= Work order =
Report every line of the records below that includes the string "Vertical".

= Input records =
------------

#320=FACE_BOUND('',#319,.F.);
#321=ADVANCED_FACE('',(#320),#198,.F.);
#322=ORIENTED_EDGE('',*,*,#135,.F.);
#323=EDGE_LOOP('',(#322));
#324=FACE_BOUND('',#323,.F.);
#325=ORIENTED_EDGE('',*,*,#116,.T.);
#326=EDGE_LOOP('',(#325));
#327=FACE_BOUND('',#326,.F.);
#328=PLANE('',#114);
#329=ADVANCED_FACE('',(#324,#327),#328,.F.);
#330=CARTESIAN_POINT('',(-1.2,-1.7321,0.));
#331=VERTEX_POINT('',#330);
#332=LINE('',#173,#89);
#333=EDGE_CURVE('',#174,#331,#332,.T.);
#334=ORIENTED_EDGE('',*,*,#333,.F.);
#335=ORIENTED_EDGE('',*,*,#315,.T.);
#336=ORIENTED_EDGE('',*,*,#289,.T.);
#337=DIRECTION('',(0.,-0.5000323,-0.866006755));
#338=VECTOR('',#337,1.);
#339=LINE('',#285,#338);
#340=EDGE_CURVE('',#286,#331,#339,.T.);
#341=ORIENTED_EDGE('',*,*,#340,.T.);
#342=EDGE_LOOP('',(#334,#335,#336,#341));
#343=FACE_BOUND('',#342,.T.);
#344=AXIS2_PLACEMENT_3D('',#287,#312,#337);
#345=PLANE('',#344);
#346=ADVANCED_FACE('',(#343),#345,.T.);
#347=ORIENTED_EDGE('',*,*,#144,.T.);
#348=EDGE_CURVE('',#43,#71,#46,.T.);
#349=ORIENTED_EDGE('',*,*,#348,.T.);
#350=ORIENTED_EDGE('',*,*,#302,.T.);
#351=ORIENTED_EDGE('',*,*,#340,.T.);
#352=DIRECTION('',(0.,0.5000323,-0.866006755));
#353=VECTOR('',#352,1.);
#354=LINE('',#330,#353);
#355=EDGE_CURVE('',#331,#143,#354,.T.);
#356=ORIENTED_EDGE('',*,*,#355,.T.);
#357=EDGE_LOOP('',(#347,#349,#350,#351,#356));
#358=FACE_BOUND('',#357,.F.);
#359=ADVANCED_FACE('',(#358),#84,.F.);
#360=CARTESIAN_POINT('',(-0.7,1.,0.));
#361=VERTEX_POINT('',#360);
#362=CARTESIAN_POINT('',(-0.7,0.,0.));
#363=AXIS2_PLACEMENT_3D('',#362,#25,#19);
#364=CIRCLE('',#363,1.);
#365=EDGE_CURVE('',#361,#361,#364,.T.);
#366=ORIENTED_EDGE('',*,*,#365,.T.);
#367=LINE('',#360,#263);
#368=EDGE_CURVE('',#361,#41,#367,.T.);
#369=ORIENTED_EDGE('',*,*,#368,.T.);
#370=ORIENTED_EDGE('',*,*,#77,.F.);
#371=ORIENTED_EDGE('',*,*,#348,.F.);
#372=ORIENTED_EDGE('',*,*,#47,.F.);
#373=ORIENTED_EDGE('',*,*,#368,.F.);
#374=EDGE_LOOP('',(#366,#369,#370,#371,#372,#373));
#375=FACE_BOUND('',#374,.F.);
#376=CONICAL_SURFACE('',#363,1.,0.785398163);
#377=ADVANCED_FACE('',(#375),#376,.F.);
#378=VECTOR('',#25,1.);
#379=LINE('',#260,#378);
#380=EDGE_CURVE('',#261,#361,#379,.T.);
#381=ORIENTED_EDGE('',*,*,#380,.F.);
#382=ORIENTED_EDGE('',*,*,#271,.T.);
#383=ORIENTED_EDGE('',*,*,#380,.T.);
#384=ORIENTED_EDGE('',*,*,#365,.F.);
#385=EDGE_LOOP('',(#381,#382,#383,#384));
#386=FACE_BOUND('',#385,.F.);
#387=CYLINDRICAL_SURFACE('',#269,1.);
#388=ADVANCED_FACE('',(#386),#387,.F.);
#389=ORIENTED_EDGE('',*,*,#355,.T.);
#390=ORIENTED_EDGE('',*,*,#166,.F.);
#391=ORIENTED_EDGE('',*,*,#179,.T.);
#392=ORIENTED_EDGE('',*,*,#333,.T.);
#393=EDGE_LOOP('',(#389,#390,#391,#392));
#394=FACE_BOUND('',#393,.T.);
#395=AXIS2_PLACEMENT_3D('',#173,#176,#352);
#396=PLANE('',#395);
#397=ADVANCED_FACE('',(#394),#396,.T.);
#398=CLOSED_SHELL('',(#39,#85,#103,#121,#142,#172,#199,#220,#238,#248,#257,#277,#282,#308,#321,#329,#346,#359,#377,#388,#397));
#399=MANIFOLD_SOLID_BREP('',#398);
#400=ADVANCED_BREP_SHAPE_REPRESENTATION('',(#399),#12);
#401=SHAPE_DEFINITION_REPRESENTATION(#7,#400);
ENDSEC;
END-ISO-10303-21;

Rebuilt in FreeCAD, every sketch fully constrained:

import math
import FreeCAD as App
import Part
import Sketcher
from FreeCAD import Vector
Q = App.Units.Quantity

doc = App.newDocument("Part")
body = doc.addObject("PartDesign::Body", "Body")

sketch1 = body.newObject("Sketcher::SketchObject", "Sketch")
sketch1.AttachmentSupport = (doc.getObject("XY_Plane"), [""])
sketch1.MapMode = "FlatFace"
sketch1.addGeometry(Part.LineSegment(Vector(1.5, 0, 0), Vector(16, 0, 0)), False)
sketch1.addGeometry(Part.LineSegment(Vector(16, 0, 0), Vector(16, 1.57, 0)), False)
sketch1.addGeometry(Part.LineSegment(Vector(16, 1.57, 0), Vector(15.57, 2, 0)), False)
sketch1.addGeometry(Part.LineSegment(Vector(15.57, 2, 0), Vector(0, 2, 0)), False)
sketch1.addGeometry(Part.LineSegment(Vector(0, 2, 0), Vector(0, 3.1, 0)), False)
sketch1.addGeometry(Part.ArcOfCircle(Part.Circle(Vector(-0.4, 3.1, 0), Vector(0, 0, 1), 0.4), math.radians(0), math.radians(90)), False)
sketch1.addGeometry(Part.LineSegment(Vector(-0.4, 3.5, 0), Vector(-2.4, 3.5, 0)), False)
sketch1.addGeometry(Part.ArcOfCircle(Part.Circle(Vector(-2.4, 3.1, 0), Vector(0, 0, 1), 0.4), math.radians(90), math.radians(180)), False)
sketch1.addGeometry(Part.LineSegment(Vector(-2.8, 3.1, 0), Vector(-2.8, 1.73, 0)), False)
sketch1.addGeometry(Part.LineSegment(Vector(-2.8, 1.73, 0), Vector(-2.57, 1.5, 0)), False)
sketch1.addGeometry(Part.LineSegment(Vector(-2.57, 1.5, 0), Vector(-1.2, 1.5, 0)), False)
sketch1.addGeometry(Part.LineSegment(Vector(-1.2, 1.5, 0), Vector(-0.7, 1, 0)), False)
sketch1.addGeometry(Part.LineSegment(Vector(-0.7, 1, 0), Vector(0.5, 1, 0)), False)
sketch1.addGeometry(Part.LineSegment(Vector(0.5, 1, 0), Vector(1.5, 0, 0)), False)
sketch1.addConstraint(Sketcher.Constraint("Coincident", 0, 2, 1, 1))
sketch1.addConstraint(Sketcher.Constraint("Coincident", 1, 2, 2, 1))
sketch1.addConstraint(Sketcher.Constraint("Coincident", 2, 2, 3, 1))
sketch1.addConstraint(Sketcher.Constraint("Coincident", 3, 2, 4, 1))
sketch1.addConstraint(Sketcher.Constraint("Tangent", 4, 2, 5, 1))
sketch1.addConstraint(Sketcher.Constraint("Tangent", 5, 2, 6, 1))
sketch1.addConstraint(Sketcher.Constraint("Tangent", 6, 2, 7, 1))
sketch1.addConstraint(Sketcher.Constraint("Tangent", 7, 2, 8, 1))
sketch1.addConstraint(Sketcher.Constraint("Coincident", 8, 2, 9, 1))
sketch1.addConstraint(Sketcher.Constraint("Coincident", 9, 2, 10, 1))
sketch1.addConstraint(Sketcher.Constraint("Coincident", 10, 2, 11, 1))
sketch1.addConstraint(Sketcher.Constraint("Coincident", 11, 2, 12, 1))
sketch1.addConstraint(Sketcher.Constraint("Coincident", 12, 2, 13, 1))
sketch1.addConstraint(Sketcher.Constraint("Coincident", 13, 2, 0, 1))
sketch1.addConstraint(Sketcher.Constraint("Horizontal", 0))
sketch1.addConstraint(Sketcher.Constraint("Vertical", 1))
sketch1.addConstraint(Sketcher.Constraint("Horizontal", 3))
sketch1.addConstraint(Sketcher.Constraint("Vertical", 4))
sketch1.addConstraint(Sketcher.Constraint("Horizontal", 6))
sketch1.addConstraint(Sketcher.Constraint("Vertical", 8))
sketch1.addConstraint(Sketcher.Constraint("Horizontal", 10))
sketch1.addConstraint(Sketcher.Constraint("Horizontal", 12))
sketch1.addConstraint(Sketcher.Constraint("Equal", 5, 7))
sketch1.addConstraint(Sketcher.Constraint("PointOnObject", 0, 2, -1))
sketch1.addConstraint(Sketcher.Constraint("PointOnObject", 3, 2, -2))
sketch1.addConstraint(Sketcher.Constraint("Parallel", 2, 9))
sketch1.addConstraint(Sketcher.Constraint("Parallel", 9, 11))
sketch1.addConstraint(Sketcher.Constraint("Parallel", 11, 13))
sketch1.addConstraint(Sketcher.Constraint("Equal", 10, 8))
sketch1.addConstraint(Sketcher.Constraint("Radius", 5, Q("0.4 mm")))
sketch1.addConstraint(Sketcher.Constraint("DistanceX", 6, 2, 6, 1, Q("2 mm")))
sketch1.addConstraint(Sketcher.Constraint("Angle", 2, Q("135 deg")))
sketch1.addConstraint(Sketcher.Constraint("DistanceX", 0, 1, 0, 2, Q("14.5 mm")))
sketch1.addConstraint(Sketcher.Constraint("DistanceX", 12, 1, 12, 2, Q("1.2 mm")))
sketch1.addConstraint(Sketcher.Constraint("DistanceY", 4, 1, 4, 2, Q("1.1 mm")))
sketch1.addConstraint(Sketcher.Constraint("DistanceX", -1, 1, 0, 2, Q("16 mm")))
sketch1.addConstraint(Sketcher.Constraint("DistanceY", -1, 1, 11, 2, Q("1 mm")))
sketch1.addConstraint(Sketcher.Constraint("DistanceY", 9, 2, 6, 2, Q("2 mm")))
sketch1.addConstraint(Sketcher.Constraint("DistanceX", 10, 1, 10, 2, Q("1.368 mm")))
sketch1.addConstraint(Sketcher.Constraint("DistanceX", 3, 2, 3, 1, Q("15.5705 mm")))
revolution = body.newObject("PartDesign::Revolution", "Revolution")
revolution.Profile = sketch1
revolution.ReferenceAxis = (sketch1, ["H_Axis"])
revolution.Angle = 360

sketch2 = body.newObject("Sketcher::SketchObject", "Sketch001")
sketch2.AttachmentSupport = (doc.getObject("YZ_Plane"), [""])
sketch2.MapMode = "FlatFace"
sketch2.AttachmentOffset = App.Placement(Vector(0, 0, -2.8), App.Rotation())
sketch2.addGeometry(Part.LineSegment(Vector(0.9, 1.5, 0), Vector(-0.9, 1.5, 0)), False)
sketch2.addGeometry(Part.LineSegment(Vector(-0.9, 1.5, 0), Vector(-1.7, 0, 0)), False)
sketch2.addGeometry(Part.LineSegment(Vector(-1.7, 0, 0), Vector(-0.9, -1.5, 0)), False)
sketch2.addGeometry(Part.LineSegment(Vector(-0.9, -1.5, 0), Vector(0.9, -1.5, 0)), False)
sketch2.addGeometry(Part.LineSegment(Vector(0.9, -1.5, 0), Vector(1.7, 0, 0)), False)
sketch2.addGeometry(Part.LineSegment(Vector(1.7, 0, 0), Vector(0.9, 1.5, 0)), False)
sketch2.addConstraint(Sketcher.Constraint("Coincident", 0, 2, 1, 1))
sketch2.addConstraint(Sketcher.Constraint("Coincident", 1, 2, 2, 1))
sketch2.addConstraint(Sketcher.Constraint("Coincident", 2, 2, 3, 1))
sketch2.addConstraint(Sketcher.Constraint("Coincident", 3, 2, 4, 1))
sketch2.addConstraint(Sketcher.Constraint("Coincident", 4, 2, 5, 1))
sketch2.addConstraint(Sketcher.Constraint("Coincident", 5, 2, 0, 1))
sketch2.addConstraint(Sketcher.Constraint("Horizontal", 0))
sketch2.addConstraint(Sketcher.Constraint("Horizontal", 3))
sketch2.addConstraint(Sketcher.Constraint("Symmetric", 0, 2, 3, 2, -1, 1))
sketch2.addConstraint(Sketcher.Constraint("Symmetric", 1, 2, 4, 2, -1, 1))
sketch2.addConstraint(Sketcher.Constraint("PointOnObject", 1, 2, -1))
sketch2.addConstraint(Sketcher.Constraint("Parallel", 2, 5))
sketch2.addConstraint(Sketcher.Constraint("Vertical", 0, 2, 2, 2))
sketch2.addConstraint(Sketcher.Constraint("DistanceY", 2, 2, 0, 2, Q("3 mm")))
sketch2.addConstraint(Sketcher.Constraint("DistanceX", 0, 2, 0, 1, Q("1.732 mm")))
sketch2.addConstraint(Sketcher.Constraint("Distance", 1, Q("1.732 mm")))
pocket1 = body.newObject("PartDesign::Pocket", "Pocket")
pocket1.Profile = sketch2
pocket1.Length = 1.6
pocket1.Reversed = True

------------

= Finished exercise =
sketch1.addConstraint(Sketcher.Constraint("Vertical", 1))
sketch1.addConstraint(Sketcher.Constraint("Vertical", 4))
sketch1.addConstraint(Sketcher.Constraint("Vertical", 8))
sketch2.addConstraint(Sketcher.Constraint("Vertical", 0, 2, 2, 2))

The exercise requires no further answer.